At a recent seminar, I was struck by the number of people wondering, “Will these slides be posted?” Struck because the nature of this presentation was such that, without the presenter, the slides wouldn’t do you much good.
It got me thinking about our constant use of slide-creating software, and I realized there are three things that really bug me about it.
1. Slides don’t tell me what I need to know.
Several weeks ago, I followed a friend’s Twitter link to a presentation on SlideShare. I dutifully watched it, but at several points found myself thinking, “Gee, I wonder what she talked about on this slide.” A big ol’ screenshot of a web site probably provided great fodder for her insightful commentary, but didn’t do me much good as a passive observer. If audio would have been included, it would have been a different story but SlideShare doesn’t include audio. Watching a presentation with no one presenting ends up feeling like listening to one side of a phone conversation: you get the gist, but not the whole story. And entire stretches remain a total mystery.
As my pal @rrazor said, “Slides are often (hopefully?) the most content-poor part of a presentation. SlideShare is just a tease.”
Put another way, if I can get everything I need from your slides alone — why would I bother coming to see you speak? And, if I can’t get everything I need from your slides alone — what’s the point of putting them on SlideShare?
2. I’ve had just about enough of slide culture.
I realize I’m swimming against a cultural tsunami that cannot be stopped, but I really wish we could scale back our use of slides. PowerPoint is the ubiquitous format for communicating everything. And I do mean everything. I recently got an invitation to an event that was — you guessed it — a PowerPoint slide. From what I can tell, the ability for this organization to animate the crap out of every piece of text and embed a soundtrack is what really sold them on this format. A nice, clean PDF simply stating the details of the event pales in comparison.
A colleague sent me a deck of slides that had no business being on slides in the first place; it really warranted several pages of text (like a White Paper). Cramming that amount of information into a set of slides is just silliness: it’s an attempt to bullet-ize information that shouldn’t be communicated in bullets. Thoughts that should be sentences end up as half-sensical phrases and groups of thoughts that should be paragraph end up as dense bulleted lists filling up the slide. Why even try to put that amount of data in a slide?
Something about our ADD/multi-tasking/Twitter-ized lifestyles seems to have made us loathe to communicate information in anything other than small, bite-sized chunks. But, guess what? Not everything can be communicated that way. In 2003, Edward Tufte wrote an article titled PowerPoint is evil. The guy’s got a point.

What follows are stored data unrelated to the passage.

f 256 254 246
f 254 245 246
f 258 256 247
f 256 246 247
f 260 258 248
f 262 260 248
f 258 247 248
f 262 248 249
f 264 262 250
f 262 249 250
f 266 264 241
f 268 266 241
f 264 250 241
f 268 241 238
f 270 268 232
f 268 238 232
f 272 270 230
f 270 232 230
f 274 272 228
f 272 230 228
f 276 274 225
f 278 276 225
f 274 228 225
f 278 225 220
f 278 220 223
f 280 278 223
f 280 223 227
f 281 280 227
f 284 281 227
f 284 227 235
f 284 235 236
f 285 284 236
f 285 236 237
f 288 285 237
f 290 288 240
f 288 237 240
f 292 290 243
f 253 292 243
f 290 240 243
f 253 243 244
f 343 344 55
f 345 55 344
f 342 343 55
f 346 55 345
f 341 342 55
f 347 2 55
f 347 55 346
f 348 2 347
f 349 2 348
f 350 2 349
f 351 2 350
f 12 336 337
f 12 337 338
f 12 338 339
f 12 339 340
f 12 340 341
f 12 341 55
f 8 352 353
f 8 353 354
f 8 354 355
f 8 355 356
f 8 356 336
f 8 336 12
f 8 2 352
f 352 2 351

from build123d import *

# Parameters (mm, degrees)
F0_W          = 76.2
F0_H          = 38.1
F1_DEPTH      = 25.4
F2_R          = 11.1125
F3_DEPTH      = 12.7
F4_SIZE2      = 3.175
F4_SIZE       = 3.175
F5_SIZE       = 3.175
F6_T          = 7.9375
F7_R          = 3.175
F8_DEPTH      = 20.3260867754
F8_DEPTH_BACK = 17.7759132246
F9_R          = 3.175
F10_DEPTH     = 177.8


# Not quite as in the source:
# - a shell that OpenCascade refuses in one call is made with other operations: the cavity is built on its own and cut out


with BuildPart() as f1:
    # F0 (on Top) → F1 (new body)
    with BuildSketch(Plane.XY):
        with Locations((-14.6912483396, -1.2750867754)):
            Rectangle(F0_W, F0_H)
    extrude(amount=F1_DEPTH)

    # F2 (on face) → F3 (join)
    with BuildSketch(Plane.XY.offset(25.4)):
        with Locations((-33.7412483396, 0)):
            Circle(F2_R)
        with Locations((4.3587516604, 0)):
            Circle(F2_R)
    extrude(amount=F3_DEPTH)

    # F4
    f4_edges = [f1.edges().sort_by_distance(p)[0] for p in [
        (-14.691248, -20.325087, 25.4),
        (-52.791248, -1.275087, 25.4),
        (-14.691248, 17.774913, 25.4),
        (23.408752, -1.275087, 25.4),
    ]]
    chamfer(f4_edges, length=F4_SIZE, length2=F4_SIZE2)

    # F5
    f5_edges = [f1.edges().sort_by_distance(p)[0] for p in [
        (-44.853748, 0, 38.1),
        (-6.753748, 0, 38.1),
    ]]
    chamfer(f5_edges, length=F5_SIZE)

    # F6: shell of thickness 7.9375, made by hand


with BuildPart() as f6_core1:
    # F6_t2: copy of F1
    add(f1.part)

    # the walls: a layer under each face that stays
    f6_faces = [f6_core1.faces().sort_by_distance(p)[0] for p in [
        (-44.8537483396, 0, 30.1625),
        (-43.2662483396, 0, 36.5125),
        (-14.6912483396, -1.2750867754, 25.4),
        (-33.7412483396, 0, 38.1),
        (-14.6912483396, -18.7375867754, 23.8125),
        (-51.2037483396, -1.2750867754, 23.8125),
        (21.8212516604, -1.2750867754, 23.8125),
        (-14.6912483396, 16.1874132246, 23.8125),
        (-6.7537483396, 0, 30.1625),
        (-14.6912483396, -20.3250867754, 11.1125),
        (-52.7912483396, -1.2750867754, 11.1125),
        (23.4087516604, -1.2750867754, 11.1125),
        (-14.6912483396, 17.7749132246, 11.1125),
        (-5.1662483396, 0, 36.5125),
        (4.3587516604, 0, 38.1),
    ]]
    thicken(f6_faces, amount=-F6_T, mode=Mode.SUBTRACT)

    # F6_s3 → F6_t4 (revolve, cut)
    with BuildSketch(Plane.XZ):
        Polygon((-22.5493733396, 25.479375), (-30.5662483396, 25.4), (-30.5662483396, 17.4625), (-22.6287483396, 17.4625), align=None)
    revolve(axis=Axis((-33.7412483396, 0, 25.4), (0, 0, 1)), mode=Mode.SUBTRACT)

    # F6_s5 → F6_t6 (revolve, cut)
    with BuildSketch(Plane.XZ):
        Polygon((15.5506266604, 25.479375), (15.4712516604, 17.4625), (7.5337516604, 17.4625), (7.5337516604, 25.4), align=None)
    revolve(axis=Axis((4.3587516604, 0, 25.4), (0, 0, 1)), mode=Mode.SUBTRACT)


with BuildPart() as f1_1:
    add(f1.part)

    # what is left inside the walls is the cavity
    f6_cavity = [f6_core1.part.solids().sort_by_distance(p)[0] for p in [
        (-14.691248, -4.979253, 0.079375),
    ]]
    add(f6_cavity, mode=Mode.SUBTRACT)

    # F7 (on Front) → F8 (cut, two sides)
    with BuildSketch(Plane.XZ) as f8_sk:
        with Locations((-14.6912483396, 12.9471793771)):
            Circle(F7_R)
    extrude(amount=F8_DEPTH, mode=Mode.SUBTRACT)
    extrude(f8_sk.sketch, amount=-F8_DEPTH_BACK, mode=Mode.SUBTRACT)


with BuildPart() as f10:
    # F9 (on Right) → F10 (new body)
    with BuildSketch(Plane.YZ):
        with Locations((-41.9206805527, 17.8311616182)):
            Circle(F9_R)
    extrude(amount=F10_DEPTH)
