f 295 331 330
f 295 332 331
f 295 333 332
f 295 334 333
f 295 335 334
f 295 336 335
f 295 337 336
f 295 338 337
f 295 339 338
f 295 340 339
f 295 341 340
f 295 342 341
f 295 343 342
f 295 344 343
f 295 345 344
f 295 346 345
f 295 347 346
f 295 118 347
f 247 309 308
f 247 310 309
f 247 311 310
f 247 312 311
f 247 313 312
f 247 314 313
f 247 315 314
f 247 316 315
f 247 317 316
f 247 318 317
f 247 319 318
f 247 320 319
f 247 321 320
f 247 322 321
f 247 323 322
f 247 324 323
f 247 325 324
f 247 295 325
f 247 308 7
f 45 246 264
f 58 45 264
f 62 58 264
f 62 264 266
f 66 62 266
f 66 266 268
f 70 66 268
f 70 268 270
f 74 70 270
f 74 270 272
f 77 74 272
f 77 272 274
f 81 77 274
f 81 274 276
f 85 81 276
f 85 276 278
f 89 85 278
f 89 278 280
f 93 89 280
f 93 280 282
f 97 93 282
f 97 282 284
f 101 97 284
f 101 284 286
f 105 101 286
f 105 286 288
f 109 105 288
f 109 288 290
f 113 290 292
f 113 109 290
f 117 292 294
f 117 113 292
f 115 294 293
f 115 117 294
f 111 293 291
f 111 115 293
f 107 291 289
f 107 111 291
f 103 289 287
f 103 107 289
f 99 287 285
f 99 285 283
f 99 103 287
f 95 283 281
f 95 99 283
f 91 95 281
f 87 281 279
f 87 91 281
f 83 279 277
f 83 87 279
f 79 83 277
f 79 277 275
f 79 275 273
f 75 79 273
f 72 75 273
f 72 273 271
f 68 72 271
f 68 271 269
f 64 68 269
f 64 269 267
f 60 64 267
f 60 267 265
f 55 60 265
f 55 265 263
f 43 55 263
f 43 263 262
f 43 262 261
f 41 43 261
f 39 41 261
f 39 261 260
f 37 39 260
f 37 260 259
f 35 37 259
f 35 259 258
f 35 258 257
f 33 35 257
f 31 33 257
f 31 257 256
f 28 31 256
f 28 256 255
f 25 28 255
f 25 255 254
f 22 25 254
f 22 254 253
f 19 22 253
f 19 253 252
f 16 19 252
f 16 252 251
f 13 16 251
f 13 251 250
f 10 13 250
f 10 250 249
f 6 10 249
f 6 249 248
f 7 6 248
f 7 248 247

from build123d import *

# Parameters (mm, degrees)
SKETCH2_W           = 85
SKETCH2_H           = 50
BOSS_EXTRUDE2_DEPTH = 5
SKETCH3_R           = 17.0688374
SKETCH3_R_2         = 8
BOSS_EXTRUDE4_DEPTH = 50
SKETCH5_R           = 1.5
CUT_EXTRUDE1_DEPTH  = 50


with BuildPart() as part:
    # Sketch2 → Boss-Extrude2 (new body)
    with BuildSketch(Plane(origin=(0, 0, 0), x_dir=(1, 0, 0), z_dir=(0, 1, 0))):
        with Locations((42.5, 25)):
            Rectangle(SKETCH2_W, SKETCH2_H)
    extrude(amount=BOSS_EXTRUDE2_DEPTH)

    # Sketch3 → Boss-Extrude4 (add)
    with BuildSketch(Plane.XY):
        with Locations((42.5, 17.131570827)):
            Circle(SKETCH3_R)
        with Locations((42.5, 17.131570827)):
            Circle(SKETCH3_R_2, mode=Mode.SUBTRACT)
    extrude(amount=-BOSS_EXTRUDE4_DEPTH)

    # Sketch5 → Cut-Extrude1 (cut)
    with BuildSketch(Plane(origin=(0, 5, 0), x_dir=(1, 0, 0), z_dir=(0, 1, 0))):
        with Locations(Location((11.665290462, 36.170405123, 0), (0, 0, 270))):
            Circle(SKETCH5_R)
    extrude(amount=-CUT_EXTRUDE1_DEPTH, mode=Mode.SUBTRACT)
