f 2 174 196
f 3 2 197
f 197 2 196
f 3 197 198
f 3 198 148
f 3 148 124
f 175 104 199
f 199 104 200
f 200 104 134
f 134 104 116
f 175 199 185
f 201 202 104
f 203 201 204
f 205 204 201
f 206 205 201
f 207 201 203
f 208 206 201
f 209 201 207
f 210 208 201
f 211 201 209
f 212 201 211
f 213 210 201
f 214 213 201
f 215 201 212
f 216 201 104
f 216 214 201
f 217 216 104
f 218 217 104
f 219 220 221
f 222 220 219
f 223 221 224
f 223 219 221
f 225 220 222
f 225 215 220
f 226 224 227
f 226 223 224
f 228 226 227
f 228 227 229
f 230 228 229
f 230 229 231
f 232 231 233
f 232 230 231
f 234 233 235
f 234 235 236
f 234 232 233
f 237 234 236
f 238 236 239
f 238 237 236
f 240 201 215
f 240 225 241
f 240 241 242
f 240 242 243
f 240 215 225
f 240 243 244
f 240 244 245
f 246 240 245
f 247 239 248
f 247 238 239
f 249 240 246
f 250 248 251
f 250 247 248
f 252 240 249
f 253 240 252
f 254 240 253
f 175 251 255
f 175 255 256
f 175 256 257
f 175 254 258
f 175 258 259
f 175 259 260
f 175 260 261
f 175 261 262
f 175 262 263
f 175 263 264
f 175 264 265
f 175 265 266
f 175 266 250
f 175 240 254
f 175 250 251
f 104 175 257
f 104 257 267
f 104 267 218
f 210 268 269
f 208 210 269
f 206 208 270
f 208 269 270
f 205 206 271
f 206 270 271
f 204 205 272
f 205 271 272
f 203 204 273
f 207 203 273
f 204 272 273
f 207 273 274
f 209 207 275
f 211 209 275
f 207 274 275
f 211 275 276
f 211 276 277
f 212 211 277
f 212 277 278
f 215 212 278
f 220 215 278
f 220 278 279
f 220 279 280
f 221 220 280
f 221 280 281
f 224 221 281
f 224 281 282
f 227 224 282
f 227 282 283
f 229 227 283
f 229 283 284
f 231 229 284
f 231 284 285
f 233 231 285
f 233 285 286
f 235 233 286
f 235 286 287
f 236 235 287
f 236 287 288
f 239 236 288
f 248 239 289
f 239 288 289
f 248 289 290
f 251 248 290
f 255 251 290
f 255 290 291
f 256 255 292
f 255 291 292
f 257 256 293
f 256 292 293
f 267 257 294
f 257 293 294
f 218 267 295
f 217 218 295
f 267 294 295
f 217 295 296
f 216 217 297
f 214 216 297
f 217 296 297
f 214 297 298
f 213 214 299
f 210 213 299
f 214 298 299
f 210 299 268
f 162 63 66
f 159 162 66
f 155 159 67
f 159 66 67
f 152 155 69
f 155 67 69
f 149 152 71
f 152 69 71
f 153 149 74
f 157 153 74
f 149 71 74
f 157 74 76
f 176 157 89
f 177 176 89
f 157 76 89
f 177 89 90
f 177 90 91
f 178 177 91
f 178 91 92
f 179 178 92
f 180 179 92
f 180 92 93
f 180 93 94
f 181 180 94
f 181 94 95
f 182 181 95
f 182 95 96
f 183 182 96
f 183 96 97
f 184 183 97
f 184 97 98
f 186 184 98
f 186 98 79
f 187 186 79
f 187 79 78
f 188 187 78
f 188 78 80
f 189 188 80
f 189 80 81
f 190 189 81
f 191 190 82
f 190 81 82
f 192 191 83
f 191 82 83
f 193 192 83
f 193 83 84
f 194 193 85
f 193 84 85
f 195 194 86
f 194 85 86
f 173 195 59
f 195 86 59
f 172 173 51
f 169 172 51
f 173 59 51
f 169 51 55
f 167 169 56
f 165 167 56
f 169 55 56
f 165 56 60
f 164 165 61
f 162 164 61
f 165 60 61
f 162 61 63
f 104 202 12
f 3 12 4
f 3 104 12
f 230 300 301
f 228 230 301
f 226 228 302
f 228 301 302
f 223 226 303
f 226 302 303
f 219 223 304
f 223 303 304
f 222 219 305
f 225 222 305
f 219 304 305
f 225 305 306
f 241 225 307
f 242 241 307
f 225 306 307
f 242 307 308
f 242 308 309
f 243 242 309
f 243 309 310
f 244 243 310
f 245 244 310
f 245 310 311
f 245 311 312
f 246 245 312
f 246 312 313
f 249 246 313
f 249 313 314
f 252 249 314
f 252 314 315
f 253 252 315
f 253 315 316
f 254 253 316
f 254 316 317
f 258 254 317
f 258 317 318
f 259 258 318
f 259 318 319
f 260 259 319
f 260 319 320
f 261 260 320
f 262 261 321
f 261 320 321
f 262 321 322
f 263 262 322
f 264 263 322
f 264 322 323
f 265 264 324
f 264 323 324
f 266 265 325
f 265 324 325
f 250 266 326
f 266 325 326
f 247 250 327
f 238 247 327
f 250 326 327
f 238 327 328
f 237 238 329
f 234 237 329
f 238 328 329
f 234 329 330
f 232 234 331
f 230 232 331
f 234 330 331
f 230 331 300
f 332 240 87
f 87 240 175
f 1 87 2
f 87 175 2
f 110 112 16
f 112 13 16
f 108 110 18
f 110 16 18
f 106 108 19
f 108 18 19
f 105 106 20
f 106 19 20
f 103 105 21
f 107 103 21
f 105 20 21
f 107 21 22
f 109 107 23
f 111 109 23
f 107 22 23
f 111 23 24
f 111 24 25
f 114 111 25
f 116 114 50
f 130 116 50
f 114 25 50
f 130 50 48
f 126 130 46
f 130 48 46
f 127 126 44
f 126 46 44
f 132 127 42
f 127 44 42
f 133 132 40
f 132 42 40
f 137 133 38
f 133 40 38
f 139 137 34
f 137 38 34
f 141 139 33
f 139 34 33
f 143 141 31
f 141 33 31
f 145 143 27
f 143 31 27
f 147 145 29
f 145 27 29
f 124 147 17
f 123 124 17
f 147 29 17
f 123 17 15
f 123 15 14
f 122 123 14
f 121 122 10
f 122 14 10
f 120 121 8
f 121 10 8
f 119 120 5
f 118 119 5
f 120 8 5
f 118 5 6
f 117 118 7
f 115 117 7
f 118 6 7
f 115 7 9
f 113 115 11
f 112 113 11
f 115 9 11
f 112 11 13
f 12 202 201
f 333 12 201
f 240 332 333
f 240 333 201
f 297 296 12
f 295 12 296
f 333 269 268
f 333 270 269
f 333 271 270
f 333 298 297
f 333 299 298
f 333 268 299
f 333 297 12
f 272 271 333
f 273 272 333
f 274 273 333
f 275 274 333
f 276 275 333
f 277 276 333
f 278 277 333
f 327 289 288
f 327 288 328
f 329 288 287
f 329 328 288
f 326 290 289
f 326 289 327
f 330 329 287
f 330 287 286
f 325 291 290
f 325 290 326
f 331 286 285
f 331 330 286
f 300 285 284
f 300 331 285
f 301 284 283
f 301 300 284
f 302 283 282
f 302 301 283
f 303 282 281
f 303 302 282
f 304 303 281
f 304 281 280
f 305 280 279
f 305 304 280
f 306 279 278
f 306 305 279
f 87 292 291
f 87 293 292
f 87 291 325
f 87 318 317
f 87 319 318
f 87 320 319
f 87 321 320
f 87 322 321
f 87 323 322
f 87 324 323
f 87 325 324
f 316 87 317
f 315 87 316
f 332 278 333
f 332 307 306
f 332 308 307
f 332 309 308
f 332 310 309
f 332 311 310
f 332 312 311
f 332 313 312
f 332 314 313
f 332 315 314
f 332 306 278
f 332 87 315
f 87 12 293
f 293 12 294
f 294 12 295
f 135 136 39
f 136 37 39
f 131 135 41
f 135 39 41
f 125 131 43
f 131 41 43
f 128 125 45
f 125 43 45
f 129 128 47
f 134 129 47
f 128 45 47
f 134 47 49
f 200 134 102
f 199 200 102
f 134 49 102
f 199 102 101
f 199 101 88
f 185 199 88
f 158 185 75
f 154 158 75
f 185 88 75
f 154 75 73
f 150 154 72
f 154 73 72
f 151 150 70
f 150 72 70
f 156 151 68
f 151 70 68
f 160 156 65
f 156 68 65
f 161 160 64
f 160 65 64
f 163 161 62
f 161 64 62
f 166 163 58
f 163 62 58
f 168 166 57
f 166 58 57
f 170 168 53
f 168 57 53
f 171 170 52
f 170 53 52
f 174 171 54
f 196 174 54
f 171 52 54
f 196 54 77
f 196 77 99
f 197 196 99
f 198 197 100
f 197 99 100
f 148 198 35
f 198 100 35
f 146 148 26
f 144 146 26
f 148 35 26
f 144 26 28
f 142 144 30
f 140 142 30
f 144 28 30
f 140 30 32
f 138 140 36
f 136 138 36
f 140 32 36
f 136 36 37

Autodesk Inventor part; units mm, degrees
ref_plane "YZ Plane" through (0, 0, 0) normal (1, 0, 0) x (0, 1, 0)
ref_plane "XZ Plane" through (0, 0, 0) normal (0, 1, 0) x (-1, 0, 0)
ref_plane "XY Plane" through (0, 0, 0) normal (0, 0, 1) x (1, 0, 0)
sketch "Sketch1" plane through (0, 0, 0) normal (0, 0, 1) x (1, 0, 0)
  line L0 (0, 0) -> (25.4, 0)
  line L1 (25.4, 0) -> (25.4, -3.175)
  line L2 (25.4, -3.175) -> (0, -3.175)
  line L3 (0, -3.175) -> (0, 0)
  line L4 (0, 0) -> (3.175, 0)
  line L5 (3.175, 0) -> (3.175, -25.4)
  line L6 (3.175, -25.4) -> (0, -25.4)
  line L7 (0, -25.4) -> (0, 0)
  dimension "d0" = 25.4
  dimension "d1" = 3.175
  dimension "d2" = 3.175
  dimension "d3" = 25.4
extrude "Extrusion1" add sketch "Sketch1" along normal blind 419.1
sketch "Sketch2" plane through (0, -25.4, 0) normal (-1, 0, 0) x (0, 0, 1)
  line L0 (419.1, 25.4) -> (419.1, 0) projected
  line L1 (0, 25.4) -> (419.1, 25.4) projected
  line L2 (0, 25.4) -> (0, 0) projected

(He’s also got a longer piece on this topic, which I’d highly recommend, including a fascinating look at some slides from NASA about the space shuttle Columbia.)
3. If we really cared, we’d write it down.
Most of the time, when I hear people ask, “Will this be posted online?” what I think they are saying is, “Do I really need to take notes?” These days, we’re so busy tweeting and live-blogging during presentations that we’re only paying half-attention to the presentation itself. So, we want the slides to remind us of the half that we missed. Maybe I’m being old fashioned, but whatever happened to taking notes? If a presenter says something that you think is really important, WRITE IT DOWN. Is it really that hard?
There is one situation I can think of where I found slide sharing helpful. At an Adaptive Path seminar years ago, they distributed several workbooks. One of which was a printout of the presentation in small-slide format with an area for notes next to each slide. This was actually helpful; while the presenter was talking, I jotted down information related to what he was saying. There was so little data on the slides (compared to the oceans of data coming out of the presenter’s mouth) that the slides alone wouldn’t have been any good. The slides plus my notes were okay, but still not half as good as attending the seminar itself. So maybe that’s what’s bugging me: people mistaking the slides for the presentation. The two are not the same. And if they are, the presentation wasn’t worth whatever you paid to attend.
Am I wrong?
What is with our obsession with sharing slides? Maybe someone who voraciously devours presentations posted by other people can help enlighten me: what am I missing here? I can’t imagine asking Al Gore to send me the slides for his presentation, An Inconvenient Truth. Rather than striving to create slides to post for everyone to see, shouldn’t we strive to create presentations that are so engaging that our audience closes their laptops and listens?
I spend most of my time encouraging people to use technology. This week, I’d like to challenge you to not use PowerPoint (and Mac users — that means no Keynote, either). Let’s see how long we can make it.